Estonia’s interior ministry, police and border guard service said in separate statements they could share information on individuals entering and leaving Estonia “only in cases prescribed by law”, adding the FSB allegation did not meet that requirement.
Darya Dugina was a fierce supporter of the Russian invasion of Ukraine and often espoused her father’s views in support of Russian imperialism on nationalist TV channel Tsargrad, but observers have noted she was not a widely-known figure.
In a letter extending condolences to Dugin and his wife, Putin denounced the “cruel and treacherous” killing and added that Dugina “honestly served people and the Fatherland, proving what it means to be a patriot of Russia with her deeds”.

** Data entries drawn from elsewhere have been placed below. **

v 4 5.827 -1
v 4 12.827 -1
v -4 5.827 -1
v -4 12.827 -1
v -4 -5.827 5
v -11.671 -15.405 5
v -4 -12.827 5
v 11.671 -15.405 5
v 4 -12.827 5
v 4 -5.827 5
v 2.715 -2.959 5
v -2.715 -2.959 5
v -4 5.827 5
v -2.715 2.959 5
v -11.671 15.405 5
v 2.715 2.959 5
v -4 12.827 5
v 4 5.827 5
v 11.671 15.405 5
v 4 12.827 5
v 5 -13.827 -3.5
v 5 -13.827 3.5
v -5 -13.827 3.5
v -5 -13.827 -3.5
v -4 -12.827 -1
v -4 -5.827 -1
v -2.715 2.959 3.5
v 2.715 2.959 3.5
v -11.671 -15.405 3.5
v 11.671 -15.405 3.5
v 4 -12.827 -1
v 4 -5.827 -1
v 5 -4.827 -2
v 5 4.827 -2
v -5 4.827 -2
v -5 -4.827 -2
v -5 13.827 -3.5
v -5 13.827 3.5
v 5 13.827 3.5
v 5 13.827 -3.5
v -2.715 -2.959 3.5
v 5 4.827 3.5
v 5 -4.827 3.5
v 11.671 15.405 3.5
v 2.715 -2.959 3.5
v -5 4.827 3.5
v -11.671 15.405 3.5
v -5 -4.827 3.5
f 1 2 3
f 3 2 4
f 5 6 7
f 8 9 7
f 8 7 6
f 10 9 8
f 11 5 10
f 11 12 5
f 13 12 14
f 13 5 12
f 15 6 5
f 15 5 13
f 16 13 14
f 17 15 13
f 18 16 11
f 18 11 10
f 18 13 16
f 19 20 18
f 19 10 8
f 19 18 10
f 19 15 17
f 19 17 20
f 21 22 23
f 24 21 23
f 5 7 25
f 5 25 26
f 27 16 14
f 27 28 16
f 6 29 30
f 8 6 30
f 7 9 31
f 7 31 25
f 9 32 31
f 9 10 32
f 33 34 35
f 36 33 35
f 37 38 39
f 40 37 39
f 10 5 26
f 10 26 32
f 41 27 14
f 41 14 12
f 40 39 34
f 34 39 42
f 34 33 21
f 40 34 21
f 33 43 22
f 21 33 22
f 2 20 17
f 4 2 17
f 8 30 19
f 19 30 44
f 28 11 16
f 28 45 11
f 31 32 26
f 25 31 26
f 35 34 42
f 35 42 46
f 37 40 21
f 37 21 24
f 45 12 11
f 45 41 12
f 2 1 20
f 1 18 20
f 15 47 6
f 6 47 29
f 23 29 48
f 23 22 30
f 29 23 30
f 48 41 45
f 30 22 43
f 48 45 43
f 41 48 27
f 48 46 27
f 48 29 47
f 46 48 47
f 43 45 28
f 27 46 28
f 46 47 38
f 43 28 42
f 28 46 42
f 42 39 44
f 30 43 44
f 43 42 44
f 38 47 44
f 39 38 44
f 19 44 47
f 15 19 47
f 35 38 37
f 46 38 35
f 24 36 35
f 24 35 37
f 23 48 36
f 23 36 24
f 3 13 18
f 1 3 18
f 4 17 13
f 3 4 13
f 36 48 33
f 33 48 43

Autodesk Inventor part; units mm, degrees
ref_plane "Work Plane3" through (0, 0, 3.5) normal (0, 0, 1) x (1, 0, 0)
sketch "Sketch2" plane through (0, 0, 3.5) normal (0, 0, 1) x (1, 0, 0)
  line L0 (-11.6713, -15.4051) -> (11.6713, -15.4051)
  line L1 (11.6713, -15.4051) -> (11.6713, 15.4051)
  line L2 (11.6713, 15.4051) -> (-11.6713, 15.4051)
  line L3 (-11.6713, 15.4051) -> (-11.6713, -15.4051)
  line L4 (-11.6713, -15.4051) -> (11.6713, 15.4051) construction
  line L5 (11.6713, -15.4051) -> (-11.6713, 15.4051) construction
  point P0 (0, 0)
  dimension "d4" = 30.8102
  dimension "d5" = 23.3426
extrude "Extrusion2" add sketch "Sketch2" along normal blind 1.5
ref_plane "Work Plane2" through (0, 0, 0) normal (0, 0, -1) x (-1, 0, 0)
sketch "Sketch3" plane through (0, 0, 0) normal (0, 0, -1) x (-1, 0, 0)
  line L0 (-2.7149, 2.9592) -> (2.7149, 2.9592)
  line L1 (2.7149, 2.9592) -> (2.7149, -2.9592)
  line L2 (2.7149, -2.9592) -> (-2.7149, -2.9592)
  line L3 (-2.7149, -2.9592) -> (-2.7149, 2.9592)
  line L4 (-2.7149, 2.9592) -> (2.7149, -2.9592) construction
  line L5 (2.7149, 2.9592) -> (-2.7149, -2.9592) construction
  point P0 (0, 0)
extrude "Extrusion3" cut sketch "Sketch3" against normal blind 6
ref_plane "Work Plane1" through (0, 0, 0) normal (0, 0, -1) x (-1, 0, 0)
sketch "Sketch4" plane through (0, 0, 0) normal (0, 0, -1) x (-1, 0, 0)
  line L0 (8.89, -12.7) -> (-8.89, -12.7) projected
  line L1 (3.6472, 12.7) -> (-3.3528, 12.7)
  line L2 (-3.3528, 12.7) -> (-3.3528, 7.7)
  line L3 (-3.3528, 7.7) -> (3.6472, 7.7)
  line L4 (3.6472, 7.7) -> (3.6472, 12.7)
  line L5 (3.6472, 12.7) -> (-3.3528, 7.7) construction
  line L6 (-3.3528, 12.7) -> (3.6472, 7.7) construction
  line L7 (-8.89, -12.7) -> (-8.89, 12.7) projected
  line L8 (3.6472, -7.7) -> (-3.3528, -7.7)
  line L9 (-3.3528, -7.7) -> (-3.3528, -12.7)
  line L10 (-3.3528, -12.7) -> (3.6472, -12.7)
  line L11 (3.6472, -12.7) -> (3.6472, -7.7)
  line L12 (3.6472, -7.7) -> (-3.3528, -12.7) construction
  line L13 (-3.3528, -7.7) -> (3.6472, -12.7) construction
  line L14 (-8.89, 12.7) -> (8.89, 12.7) projected
  point P0 (0, 0)
  point P1 (0.1472, 10.2)
  point P2 (0.1472, -10.2)
  point P3 (-3.3528, -10.2)
  dimension "d10" = 7
  dimension "d11" = 5
  dimension "d12" = 5.5372
  dimension "d13" = 7
  dimension "d14" = 5
  dimension "d15" = 5.5372
  dimension "d16" = 0
  dimension "d17" = 0
extrude "Extrusion4" cut sketch "Sketch4" against normal blind 3.5
sketch "Sketch5" plane through (0, 0, 3.5) normal (0, 0, -1) x (-1, 0, 0)
  line L0 (11.6713, -15.4051) -> (-11.6713, -15.4051) projected
  line L1 (-4.0005, -12.827) -> (3.9995, -12.827)
  line L2 (3.9995, -12.827) -> (3.9995, -5.827)
  line L3 (3.9995, -5.827) -> (-4.0005, -5.827)
  line L4 (-4.0005, -5.827) -> (-4.0005, -12.827)
  line L5 (-11.6713, -15.4051) -> (-11.6713, 15.4051) projected
  line L6 (2.7149, -2.9592) -> (-2.7149, -2.9592) projected
  line L7 (9.017, -12.827) -> (-9.017, -12.827)
  line L8 (-9.017, -12.827) -> (-9.017, 12.827)
  line L9 (-9.017, 12.827) -> (9.017, 12.827)
  line L10 (9.017, 12.827) -> (9.017, -12.827)
  line L11 (9.017, -12.827) -> (-9.017, 12.827) construction
  line L12 (-9.017, -12.827) -> (9.017, 12.827) construction
  line L13 (3.9995, 5.827) -> (-4.0005, 5.827)
  line L14 (-4.0005, 5.827) -> (-4.0005, 12.827)
  line L15 (-4.0005, 12.827) -> (3.9995, 12.827)
  line L16 (3.9995, 12.827) -> (3.9995, 5.827)
  line L17 (3.9995, 5.827) -> (-4.0005, 12.827) construction
  line L18 (-4.0005, 5.827) -> (3.9995, 12.827) construction
  line L19 (11.6713, 15.4051) -> (11.6713, -15.4051) projected
  point P0 (0, 0)
  point P1 (-0.0005, 9.327)
  point P2 (3.9995, 12.827)
  dimension "d20" = 8
  dimension "d21" = 7
  dimension "d22" = 7.6708
  dimension "d25" = 18.034
  dimension "d26" = 25.654
  dimension "d27" = 0
  dimension "d28" = 7
  dimension "d29" = 8
  dimension "d31" = 7.6718
extrude "Extrusion5" add sketch "Sketch5" along normal blind 4.5 contours L4 L3 L2 L1 | L9 L16 L13 L14
sketch "Sketch6" plane through (0, 0, -1) normal (0, 0, -1) x (-1, 0, 0)
  line L0 (4.9995, 13.827) -> (-5.0005, 13.827)
  line L1 (-5.0005, 13.827) -> (-5.0005, 4.827)
  line L2 (-5.0005, 4.827) -> (4.9995, 4.827)
  line L3 (4.9995, 4.827) -> (4.9995, 13.827)
  line L4 (4.9995, -4.827) -> (-5.0005, -4.827)
  line L5 (-5.0005, -4.827) -> (-5.0005, -13.827)
  line L6 (-5.0005, -13.827) -> (4.9995, -13.827)
  line L7 (4.9995, -13.827) -> (4.9995, -4.827)
  line L8 (-4.0005, 5.827) -> (3.9995, 5.827) projected
  line L9 (3.9995, 12.827) -> (-4.0005, 12.827) projected
  line L10 (3.9995, 5.827) -> (3.9995, 12.827) projected
  line L11 (-4.0005, 12.827) -> (-4.0005, 5.827) projected
  line L12 (-4.0005, -12.827) -> (3.9995, -12.827) projected
  line L13 (3.9995, -5.827) -> (-4.0005, -5.827) projected
  point P0 (0, 0)
  dimension "d35" = 1
  dimension "d36" = 1
  dimension "d37" = 1
  dimension "d38" = 1
  dimension "d39" = 1
  dimension "d40" = 1
extrude "Extrusion6" add sketch "Sketch6" along normal blind 1 and the other way blind 4.5 contours L3 L2 L1 L0 | L7 L6 L5 L4 | L11 L9 L10 L8
extrude "Extrusion7" cut sketch "Sketch5" along normal blind 4.5 and the other way blind 1.5 contours L4 L3 L2 L1 | L9 L16 L13 L14
sketch "Sketch8" plane through (0, 0, -2) normal (0, 0, -1) x (-1, 0, 0)
  line L0 (4.9995, 13.827) -> (4.9995, 4.827) projected
  line L1 (-5.0005, -13.827) -> (4.9995, -13.827) projected
  line L2 (4.9995, 13.827) -> (-5.0005, 13.827)
  line L3 (-5.0005, 13.827) -> (-5.0005, -13.827)
  line L4 (-5.0005, -13.827) -> (4.9995, -13.827)
  line L5 (4.9995, -13.827) -> (4.9995, 13.827)
  point P0 (0, 0)
extrude "Extrusion8" add sketch "Sketch8" along normal blind 1.5
properties part number "newairtempguytop"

He posthumously awarded Dugina the Order of Courage, one of Russia’s highest medals.
Russian Foreign Ministry Spokeswoman Maria Zakharov said Dugina’s killing reflected Kyiv’s reliance on “terrorism as an instrument of its criminal ideology”.
‘Rising star’
In a statement, Dugin described his daughter as a “rising star” who was “treacherously killed by enemies of Russia”.
“Our hearts are longing not just for revenge and retaliation. It would be too petty, not in Russia style,” Dugin wrote. “We need only victory.”
Some analysts have called Dugin “Putin’s Rasputin”, referring to Russian mystic Grigori Rasputin, who insinuated himself with the last emperor of Russia, Nicholas II. But others have debated how much influence the media personality had on Putin and his policies.
Alexander Dugin is a vehement supporter of Russia sending troops into Ukraine and is a prominent proponent of the “Russian world” concept — a spiritual and political ideology that emphasises traditional values, restoration of Russia’s power, and the unity of all ethnic Russians throughout the world.
He helped popularise the “Novorossiya,” or “New Russia” concept that Russia used to justify the 2014 annexation of Ukraine’s Crimea peninsula and its support of separatist rebels in eastern Ukraine. He was sanctioned by the United States in 2015 over the annexation of Crimea.
His daughter was also sanctioned by the US in March for her work as chief editor of United World International, a website that Washington has described as a source of disinformation.
In an appearance on Russian television last week, Dugina called the US “a zombie society” where people oppose Russia but cannot find it on a map.
On Monday, residents of Moscow laid flowers and lit candles at a makeshift memorial.
“She was a unique person, and this loss is absolutely irreplaceable,” said Sergei Sidorov.
Some Russian opposition figures were sceptical about the speed at which the FSB appeared to have solved the case and suggested alternative versions.
Ilya Ponomaryov, a former legislator turned Ukraine-based Kremlin critic, said a previously unknown group of Russian militants called the National Republican Army was responsible.
Ponomaryov was the only member of the State Duma, the lower house of parliament, to vote against the annexation of Ukraine’s Crimea region in 2014 and later left Russia.
Ponomaryov, who runs an online TV station designed to challenge the Kremlin’s narrative of the war, read out a manifesto he said the group had sent him. It said the group was committed to overthrowing Putin and building a new Russia. Such statements are illegal inside Russia and those who make them face long jail terms.
Some Russian opposition activists have meanwhile speculated the murder may have been orchestrated by forces inside Russia keen to discourage ultra-nationalists like Dugin from criticising the Kremlin for being, in their eyes, too soft on Ukraine.
US State Department Spokesperson Ned Price said on Monday that Washington “unequivocally” condemns the targeting of civilians.
“We condemn the targeting of civilians, whether that’s in Kyiv, whether that’s in Bucha, whether that’s in Kharkiv, whether that’s in Kramatorsk, whether that’s in Mariupol, or whether that’s in Moscow. That principle applies around the world,” Price said.